Senyum Donna perlahan memudar; dia tahu apa yang mereka katakan. Mereka mungkin mengatakan bahwa dia adalah gadis desa dari pulau lain dan seorang wanita tua yang tampak berusia lima puluh tahun meskipun baru berusia tiga puluhan.
 
Sebagai imigran baru dari pulau lain, memiliki rumah sendiri tidak berarti ia otomatis diterima di masyarakat Pulau Harapan. Ia merasa sulit untuk beradaptasi di Pulau Harapan, di mana orang dewasa, terutama kelompok perempuan, seringkali memiliki motif yang kompleks.
 
Sebaliknya, putrinya memiliki banyak teman di sekolah; pola pikir anak-anak cenderung jauh lebih sederhana.
 
Orang dewasa selalu rumit, dan terutama jika menyangkut kelompok perempuan.
 
“Donna, abaikan mereka,” kata gadis gemuk berbintik-bintik itu, “Ayo pulang. Putrimu pasti sedang menunggumu.”
 
Mendengar kata-katanya, Donna mempercepat gerakannya. Memang, putrinya, Nene, pasti sudah selesai kelas dan berada di rumah sekarang.
 
Keduanya keluar dari pabrik dengan asap tebal mengepul dari cerobongnya.
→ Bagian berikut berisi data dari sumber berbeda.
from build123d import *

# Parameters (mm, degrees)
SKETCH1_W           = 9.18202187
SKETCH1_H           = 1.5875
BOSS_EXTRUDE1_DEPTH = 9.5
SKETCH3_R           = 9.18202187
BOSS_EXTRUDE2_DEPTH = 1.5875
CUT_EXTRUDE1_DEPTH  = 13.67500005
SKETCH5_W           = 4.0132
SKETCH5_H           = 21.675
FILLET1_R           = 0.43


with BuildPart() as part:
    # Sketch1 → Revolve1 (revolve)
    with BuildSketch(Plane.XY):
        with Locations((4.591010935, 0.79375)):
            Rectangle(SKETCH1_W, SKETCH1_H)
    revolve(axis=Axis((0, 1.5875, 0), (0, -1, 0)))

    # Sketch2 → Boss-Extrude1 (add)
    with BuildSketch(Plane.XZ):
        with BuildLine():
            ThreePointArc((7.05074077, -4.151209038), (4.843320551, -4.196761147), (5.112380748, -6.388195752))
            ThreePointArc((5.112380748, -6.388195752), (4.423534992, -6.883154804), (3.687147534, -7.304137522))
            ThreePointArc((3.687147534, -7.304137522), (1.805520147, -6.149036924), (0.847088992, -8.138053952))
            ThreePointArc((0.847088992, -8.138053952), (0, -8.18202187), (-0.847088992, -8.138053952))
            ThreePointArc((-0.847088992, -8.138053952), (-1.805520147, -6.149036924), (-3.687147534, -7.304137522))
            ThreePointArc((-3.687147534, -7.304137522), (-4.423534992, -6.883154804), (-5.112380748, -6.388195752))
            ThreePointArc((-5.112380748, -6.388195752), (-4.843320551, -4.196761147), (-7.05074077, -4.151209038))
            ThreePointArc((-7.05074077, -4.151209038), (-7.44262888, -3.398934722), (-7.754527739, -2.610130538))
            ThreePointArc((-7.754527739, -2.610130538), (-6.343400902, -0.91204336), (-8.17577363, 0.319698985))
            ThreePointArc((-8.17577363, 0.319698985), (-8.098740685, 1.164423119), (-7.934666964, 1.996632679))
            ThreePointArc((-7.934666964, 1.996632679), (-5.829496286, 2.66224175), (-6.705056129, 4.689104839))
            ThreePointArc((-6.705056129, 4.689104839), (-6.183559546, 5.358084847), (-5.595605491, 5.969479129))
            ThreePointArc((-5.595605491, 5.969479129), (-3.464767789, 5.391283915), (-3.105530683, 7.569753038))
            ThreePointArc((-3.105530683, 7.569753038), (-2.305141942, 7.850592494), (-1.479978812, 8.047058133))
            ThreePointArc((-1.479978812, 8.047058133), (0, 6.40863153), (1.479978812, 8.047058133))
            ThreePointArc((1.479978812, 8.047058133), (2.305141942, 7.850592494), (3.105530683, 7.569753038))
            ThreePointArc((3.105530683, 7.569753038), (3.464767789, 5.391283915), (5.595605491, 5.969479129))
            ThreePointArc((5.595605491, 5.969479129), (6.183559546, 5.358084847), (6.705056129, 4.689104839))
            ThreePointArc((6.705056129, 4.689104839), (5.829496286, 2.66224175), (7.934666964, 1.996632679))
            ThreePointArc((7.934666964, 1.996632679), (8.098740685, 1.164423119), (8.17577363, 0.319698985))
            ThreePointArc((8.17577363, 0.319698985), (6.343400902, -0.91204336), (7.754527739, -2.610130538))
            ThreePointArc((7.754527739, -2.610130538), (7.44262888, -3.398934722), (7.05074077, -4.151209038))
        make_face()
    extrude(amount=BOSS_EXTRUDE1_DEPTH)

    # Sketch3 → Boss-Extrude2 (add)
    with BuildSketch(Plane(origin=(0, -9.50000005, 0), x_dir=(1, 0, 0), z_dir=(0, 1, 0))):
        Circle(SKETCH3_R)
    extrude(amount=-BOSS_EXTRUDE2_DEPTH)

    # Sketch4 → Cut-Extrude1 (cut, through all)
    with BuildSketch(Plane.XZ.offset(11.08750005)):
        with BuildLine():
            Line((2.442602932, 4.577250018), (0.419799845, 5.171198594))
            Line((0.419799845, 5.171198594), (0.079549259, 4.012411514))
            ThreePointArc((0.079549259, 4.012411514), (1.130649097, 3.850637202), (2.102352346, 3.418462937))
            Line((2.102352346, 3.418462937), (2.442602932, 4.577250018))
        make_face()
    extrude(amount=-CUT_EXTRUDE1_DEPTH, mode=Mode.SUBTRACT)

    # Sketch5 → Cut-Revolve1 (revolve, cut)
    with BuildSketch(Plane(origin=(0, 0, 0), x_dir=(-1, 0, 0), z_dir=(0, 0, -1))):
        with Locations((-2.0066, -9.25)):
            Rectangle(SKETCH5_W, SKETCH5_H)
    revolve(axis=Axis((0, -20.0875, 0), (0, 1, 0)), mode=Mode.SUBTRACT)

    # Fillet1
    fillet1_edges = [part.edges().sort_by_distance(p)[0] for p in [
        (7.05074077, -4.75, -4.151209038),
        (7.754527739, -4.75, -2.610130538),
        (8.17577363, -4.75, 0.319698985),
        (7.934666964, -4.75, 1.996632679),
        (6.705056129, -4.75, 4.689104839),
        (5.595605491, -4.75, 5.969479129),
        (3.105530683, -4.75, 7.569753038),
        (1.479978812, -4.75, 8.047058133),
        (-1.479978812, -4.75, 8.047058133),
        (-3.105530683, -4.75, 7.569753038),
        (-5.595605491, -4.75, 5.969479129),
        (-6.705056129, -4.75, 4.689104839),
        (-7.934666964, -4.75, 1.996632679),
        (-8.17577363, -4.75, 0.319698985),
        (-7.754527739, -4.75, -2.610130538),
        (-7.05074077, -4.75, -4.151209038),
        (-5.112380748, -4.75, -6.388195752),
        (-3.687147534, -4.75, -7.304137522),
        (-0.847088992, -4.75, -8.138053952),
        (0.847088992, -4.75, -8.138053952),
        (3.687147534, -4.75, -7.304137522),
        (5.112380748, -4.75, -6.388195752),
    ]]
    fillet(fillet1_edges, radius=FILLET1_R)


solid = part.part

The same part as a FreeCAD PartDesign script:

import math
import FreeCAD as App
import Part
import Sketcher
Q = App.Units.Quantity


def edges_at(feature, points):
    """Names of the edges that pass closest to the given points."""
    edges = feature.Shape.Edges
    near = lambda p: min(range(len(edges)), key=lambda i: edges[i].distToShape(Part.Vertex(*p))[0])
    return sorted({f"Edge{near(p) + 1}" for p in points})


def add_polygon(sketch, points):
    """Adds a closed chain of lines whose ends are joined by coincident constraints."""
    first, n = sketch.GeometryCount, len(points)
    for a, b in zip(points, points[1:] + points[:1]):
        sketch.addGeometry(Part.LineSegment(App.Vector(*a, 0), App.Vector(*b, 0)), False)
    for i in range(n):
        sketch.addConstraint(Sketcher.Constraint("Coincident", first + i, 2, first + (i + 1) % n, 1))

doc = App.newDocument("Part")
params = doc.addObject("Spreadsheet::Sheet", "Params")
for row, (alias, value) in enumerate([
    ("sketch1_height", "0.0625 in"),
    ("revolution_angle", "360 deg"),
    ("pad1_length", "9.5 mm"),
    ("pad2_length", "0.0625 in"),
    ("sketch4_radius", "0.158 in"),
    ("sketch4_length", "0.083 in"),
    ("sketch5_width", "0.158 in"),
    ("groove_angle", "360 deg"),
    ("fillet_radius", "0.43 mm"),
], start=1):
    params.set(f"A{row}", alias)
    params.set(f"B{row}", "=" + value)
    params.setAlias(f"B{row}", alias)

body = doc.addObject("PartDesign::Body", "Body")

# Sketch on XY plane
sketch1 = body.newObject("Sketcher::SketchObject", "Sketch")
sketch1.AttachmentSupport = (doc.getObject("XY_Plane"), [""])
sketch1.MapMode = "FlatFace"
add_polygon(sketch1, [(0, 1.5875), (0, 0), (9.182022, 0), (9.182022, 1.5875)])  # lines 0-3
sketch1.addConstraint(Sketcher.Constraint("Vertical", 0))
sketch1.addConstraint(Sketcher.Constraint("Horizontal", 1))
sketch1.addConstraint(Sketcher.Constraint("Vertical", 2))
sketch1.addConstraint(Sketcher.Constraint("Horizontal", 3))
sketch1.addConstraint(Sketcher.Constraint("Coincident", 0, 2, -1, 1))
sketch1.addConstraint(Sketcher.Constraint("DistanceY", 0, 2, 0, 1, Q("0.0625 in")))
sketch1.addConstraint(Sketcher.Constraint("DistanceX", 1, 1, 1, 2, Q("9.182022 mm")))
sketch1.setExpression("Constraints[9]", "Params.sketch1_height")
revolution = body.newObject("PartDesign::Revolution", "Revolution")
revolution.Profile = sketch1
revolution.ReferenceAxis = (sketch1, ["V_Axis"])
revolution.setExpression("Angle", "Params.revolution_angle")

# Sketch on XZ plane
sketch2 = body.newObject("Sketcher::SketchObject", "Sketch001")
sketch2.AttachmentSupport = (doc.getObject("XZ_Plane"), [""])
sketch2.MapMode = "FlatFace"
sketch2.addGeometry(Part.ArcOfCircle(Part.Circle(App.Vector(5.967604, -5.170958, 0), App.Vector(0, 0, 1), 1.48764), math.radians(43.273456), math.radians(234.908363)), False)
sketch2.addGeometry(Part.ArcOfCircle(Part.Circle(App.Vector(0, 0, 0), App.Vector(0, 0, 1), 8.182022), math.radians(-30.487965), math.radians(-18.602944)), False)
sketch2.addGeometry(Part.ArcOfCircle(Part.Circle(App.Vector(7.815899, -1.123757, 0), App.Vector(0, 0, 1), 1.48764), math.radians(76.000728), math.radians(267.635635)), False)
sketch2.addGeometry(Part.ArcOfCircle(Part.Circle(App.Vector(0, 0, 0), App.Vector(0, 0, 1), 8.182022), math.radians(2.239308), math.radians(14.124328)), False)
sketch2.addGeometry(Part.ArcOfCircle(Part.Circle(App.Vector(7.182702, 3.28023, 0), App.Vector(0, 0, 1), 1.48764), math.radians(108.728001), math.radians(300.362908)), False)
sketch2.addGeometry(Part.ArcOfCircle(Part.Circle(App.Vector(0, 0, 0), App.Vector(0, 0, 1), 8.182022), math.radians(34.966581), math.radians(46.851601)), False)
sketch2.addGeometry(Part.ArcOfCircle(Part.Circle(App.Vector(4.269047, 6.642767, 0), App.Vector(0, 0, 1), 1.48764), math.radians(141.455274), math.radians(333.090181)), False)
sketch2.addGeometry(Part.ArcOfCircle(Part.Circle(App.Vector(0, 0, 0), App.Vector(0, 0, 1), 8.182022), math.radians(67.693853), math.radians(79.578874)), False)
sketch2.addGeometry(Part.ArcOfCircle(Part.Circle(App.Vector(0, 7.896272, 0), App.Vector(0, 0, 1), 1.48764), math.radians(174.182547), math.radians(365.817453)), False)
sketch2.addGeometry(Part.ArcOfCircle(Part.Circle(App.Vector(0, 0, 0), App.Vector(0, 0, 1), 8.182022), math.radians(100.421126), math.radians(112.306147)), False)
sketch2.addGeometry(Part.ArcOfCircle(Part.Circle(App.Vector(-4.269047, 6.642767, 0), App.Vector(0, 0, 1), 1.48764), math.radians(-153.090181), math.radians(38.544726)), False)
sketch2.addGeometry(Part.ArcOfCircle(Part.Circle(App.Vector(0, 0, 0), App.Vector(0, 0, 1), 8.182022), math.radians(133.148399), math.radians(145.033419)), False)
sketch2.addGeometry(Part.ArcOfCircle(Part.Circle(App.Vector(-7.182702, 3.28023, 0), App.Vector(0, 0, 1), 1.48764), math.radians(-120.362908), math.radians(71.271999)), False)
sketch2.addGeometry(Part.ArcOfCircle(Part.Circle(App.Vector(0, 0, 0), App.Vector(0, 0, 1), 8.182022), math.radians(165.875672), math.radians(177.760692)), False)
sketch2.addGeometry(Part.ArcOfCircle(Part.Circle(App.Vector(-7.815899, -1.123757, 0), App.Vector(0, 0, 1), 1.48764), math.radians(-87.635635), math.radians(103.999272)), False)
sketch2.addGeometry(Part.ArcOfCircle(Part.Circle(App.Vector(0, 0, 0), App.Vector(0, 0, 1), 8.182022), math.radians(-161.397056), math.radians(-149.512035)), False)
sketch2.addGeometry(Part.ArcOfCircle(Part.Circle(App.Vector(-5.967604, -5.170958, 0), App.Vector(0, 0, 1), 1.48764), math.radians(-54.908363), math.radians(136.726544)), False)
sketch2.addGeometry(Part.ArcOfCircle(Part.Circle(App.Vector(0, 0, 0), App.Vector(0, 0, 1), 8.182022), math.radians(-128.669783), math.radians(-116.784762)), False)
sketch2.addGeometry(Part.ArcOfCircle(Part.Circle(App.Vector(-2.224637, -7.576417, 0), App.Vector(0, 0, 1), 1.48764), math.radians(-22.18109), math.radians(169.453817)), False)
Gadis gemuk itu meregangkan tubuhnya dengan malas, sambil berkomentar, ” *Ahhh. *Akhirnya pekerjaan selesai. Saatnya pulang dan makan sesuatu yang enak.”
 
Senyum berseri-seri muncul di wajah Donna saat ia menatap punggung lebar gadis itu. Ia tidak sepenuhnya sendirian di sini; ia punya teman. Wanita muda di depannya, Jasmine, adalah teman yang bisa diajak bicara.
 
Meskipun mereka memiliki perbedaan usia dan kepribadian, keduanya telah menjadi sahabat yang tak terpisahkan. Mungkin, persahabatan mereka diperkuat oleh anggapan bahwa mereka sendiri tidak menarik—yang satu tua, yang lainnya gemuk.
 
Saat mereka berjalan menyusuri jalan menuju rumah mereka, sekelompok petugas polisi berseragam hitam melesat melewati mereka, mengejutkan keduanya.
 
“Apa yang terjadi? Apakah mereka memburu mata-mata dari Persekutuan Fhtagn lagi?” tanya Jasmine dengan terkejut, sambil menutupi dagunya yang berlipat dengan kedua tangannya.
 
Begitu kata-katanya terucap, semburan kabut merah meledak di langit yang jauh. Sebuah emosi yang meresahkan muncul dalam diri mereka; mereka tahu betul apa artinya ini.